▸ **Exercise**: Every line in the records below that holds the word "offset" is to be copied.

Stored entries:
-.-.-

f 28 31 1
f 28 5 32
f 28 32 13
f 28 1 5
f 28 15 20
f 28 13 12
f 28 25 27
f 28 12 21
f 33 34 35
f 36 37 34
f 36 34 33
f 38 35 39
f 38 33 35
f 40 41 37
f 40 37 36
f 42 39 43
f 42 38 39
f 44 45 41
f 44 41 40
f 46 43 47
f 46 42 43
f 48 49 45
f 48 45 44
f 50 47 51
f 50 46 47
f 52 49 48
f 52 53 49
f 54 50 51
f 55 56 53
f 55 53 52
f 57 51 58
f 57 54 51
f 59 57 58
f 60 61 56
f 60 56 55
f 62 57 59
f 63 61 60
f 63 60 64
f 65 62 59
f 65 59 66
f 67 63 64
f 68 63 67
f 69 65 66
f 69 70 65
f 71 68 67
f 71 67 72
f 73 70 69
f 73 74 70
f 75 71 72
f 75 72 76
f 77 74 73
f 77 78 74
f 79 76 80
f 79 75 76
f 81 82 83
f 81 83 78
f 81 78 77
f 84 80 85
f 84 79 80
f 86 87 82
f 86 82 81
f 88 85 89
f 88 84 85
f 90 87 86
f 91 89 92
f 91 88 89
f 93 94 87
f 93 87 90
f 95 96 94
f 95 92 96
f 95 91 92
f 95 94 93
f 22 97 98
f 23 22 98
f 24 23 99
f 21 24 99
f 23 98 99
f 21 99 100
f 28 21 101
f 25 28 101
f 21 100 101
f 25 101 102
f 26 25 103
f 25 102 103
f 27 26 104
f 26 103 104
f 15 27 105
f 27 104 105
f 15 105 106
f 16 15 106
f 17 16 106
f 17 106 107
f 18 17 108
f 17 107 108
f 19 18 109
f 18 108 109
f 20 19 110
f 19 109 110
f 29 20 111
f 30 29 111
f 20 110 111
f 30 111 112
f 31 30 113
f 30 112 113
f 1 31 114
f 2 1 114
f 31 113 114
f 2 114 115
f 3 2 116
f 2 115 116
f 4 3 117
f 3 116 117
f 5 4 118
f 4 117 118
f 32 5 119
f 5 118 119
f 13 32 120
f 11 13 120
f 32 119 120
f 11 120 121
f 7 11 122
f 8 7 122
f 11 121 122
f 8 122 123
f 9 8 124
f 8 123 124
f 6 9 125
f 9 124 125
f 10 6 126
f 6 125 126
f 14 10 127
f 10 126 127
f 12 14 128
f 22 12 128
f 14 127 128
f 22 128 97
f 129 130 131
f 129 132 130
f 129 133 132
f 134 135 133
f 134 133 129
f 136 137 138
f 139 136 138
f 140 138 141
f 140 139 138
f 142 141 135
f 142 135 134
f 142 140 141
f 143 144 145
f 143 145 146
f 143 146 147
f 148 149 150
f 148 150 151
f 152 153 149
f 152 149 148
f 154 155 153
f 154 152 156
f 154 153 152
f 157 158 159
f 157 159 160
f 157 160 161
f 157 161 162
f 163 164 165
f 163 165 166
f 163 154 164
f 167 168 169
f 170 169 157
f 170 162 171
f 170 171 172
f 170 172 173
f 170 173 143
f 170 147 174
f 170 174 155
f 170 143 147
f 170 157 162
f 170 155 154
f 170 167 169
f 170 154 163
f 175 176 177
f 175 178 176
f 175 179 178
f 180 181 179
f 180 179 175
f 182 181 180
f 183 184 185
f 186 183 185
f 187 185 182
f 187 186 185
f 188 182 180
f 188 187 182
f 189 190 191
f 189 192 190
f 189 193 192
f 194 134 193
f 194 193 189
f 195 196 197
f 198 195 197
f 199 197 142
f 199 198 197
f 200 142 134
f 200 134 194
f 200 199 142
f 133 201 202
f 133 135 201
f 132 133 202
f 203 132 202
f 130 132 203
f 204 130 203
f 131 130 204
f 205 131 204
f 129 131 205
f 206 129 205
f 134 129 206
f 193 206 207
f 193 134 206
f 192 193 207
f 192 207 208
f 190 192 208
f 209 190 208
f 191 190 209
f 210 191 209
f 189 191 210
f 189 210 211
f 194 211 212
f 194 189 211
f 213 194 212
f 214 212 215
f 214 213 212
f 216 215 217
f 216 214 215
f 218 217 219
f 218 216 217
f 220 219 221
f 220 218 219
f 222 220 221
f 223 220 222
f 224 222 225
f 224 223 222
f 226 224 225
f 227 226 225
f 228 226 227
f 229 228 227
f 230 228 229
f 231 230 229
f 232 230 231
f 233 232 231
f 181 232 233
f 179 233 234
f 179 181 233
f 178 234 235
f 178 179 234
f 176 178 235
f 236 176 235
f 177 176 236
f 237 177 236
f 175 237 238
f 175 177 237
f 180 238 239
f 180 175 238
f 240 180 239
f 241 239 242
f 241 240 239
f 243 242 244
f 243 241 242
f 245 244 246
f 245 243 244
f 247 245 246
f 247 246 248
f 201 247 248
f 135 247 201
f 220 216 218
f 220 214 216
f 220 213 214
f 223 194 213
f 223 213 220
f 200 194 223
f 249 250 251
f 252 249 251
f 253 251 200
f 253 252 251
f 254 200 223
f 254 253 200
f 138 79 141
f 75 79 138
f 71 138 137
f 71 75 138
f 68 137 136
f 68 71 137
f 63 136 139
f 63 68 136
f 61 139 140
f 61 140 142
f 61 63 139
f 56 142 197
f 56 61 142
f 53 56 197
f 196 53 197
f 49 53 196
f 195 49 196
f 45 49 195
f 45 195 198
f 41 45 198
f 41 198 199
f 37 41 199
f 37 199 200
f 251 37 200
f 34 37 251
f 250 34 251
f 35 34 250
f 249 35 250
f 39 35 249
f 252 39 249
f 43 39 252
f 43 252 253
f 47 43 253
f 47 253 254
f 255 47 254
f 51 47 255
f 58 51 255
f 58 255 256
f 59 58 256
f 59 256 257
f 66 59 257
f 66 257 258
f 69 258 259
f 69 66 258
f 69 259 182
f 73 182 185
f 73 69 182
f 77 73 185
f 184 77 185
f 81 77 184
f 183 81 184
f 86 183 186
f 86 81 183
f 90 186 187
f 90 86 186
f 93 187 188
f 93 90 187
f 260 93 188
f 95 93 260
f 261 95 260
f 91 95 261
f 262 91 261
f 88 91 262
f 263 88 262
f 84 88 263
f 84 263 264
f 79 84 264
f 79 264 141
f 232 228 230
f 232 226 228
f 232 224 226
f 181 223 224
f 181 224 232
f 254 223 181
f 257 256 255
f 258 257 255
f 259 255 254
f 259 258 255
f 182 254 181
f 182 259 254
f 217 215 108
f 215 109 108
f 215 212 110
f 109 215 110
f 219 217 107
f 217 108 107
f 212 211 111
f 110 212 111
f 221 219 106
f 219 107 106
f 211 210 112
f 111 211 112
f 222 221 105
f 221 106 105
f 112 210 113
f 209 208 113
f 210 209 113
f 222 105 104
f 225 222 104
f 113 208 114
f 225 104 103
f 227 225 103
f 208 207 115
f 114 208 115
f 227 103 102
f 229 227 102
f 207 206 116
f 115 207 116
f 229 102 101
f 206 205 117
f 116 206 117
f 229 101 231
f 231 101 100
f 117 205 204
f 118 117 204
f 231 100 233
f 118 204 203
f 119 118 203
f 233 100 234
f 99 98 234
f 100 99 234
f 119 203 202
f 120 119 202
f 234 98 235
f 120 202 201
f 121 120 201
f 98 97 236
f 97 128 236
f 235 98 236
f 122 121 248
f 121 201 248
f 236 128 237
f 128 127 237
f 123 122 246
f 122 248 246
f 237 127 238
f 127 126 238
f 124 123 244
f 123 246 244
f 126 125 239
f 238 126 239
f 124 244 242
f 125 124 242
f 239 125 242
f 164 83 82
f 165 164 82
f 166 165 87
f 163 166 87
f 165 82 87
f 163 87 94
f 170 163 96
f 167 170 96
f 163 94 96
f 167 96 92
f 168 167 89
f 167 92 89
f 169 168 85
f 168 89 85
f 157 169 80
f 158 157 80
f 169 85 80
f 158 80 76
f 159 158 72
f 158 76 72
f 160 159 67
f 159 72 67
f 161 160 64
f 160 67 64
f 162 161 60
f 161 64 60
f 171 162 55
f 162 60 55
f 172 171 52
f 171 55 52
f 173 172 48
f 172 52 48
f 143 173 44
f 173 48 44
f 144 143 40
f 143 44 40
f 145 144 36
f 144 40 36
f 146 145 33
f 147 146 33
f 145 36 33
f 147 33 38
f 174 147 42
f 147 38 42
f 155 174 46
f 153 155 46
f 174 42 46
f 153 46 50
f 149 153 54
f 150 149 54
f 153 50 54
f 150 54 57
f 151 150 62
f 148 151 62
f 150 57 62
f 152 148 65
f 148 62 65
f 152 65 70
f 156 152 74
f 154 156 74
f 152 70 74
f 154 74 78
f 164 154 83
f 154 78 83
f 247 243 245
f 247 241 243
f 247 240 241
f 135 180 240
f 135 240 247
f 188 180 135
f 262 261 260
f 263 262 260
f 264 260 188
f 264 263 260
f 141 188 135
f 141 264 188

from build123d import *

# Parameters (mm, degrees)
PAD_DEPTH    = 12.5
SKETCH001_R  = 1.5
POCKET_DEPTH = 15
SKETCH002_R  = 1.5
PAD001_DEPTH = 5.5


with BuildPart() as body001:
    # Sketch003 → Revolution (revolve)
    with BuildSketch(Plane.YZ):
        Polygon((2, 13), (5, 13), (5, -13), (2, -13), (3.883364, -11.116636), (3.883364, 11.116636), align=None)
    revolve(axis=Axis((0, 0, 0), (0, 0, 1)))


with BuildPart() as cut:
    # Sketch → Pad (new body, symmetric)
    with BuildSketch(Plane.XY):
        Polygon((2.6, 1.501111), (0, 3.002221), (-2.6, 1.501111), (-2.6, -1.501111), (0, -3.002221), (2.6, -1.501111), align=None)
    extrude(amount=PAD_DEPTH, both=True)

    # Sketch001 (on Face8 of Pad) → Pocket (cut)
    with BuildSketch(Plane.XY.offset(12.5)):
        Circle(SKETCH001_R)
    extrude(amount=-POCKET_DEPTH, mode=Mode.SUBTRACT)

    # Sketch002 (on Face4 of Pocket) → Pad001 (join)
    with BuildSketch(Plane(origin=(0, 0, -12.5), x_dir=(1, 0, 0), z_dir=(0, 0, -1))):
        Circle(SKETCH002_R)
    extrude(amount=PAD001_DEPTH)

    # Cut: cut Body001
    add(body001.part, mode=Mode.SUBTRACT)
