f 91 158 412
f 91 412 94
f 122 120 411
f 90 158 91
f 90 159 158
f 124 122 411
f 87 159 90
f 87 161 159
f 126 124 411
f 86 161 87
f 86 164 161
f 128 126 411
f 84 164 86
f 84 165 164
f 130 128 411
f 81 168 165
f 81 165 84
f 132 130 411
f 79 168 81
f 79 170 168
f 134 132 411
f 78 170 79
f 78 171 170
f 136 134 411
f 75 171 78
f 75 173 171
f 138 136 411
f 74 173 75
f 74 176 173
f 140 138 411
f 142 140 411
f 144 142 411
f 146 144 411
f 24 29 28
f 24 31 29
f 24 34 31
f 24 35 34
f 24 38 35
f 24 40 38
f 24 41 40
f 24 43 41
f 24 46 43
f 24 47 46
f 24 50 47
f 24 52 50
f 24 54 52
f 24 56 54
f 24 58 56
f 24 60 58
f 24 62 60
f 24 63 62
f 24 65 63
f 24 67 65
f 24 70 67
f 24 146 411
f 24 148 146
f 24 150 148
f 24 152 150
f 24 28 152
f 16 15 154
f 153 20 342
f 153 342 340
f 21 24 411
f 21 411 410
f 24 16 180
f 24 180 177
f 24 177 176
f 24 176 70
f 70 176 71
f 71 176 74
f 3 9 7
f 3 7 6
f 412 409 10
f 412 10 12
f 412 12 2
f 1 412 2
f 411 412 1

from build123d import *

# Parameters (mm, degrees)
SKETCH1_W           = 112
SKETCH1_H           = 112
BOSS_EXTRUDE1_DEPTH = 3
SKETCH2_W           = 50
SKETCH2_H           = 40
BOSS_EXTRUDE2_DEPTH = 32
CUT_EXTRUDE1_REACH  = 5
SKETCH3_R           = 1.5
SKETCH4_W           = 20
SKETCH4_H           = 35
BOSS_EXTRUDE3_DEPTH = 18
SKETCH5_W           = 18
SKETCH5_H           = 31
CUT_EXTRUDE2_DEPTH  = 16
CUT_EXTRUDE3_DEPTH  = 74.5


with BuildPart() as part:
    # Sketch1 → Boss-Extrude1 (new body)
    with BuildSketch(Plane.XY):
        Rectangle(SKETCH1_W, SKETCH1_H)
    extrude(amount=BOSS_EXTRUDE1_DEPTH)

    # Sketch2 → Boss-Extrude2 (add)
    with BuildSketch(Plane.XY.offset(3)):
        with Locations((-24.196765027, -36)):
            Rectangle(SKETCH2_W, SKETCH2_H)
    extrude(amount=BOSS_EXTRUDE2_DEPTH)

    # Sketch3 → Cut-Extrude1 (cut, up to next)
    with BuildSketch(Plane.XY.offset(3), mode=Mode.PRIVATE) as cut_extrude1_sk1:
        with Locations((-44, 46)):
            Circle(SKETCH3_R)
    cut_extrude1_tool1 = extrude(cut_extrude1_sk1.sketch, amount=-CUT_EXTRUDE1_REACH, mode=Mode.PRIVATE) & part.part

-.-.-

▸ **Written solution**:
    with BuildSketch(Plane.XY.offset(12.5)):
    with BuildSketch(Plane.XY.offset(3)):
    with BuildSketch(Plane.XY.offset(3), mode=Mode.PRIVATE) as cut_extrude1_sk1:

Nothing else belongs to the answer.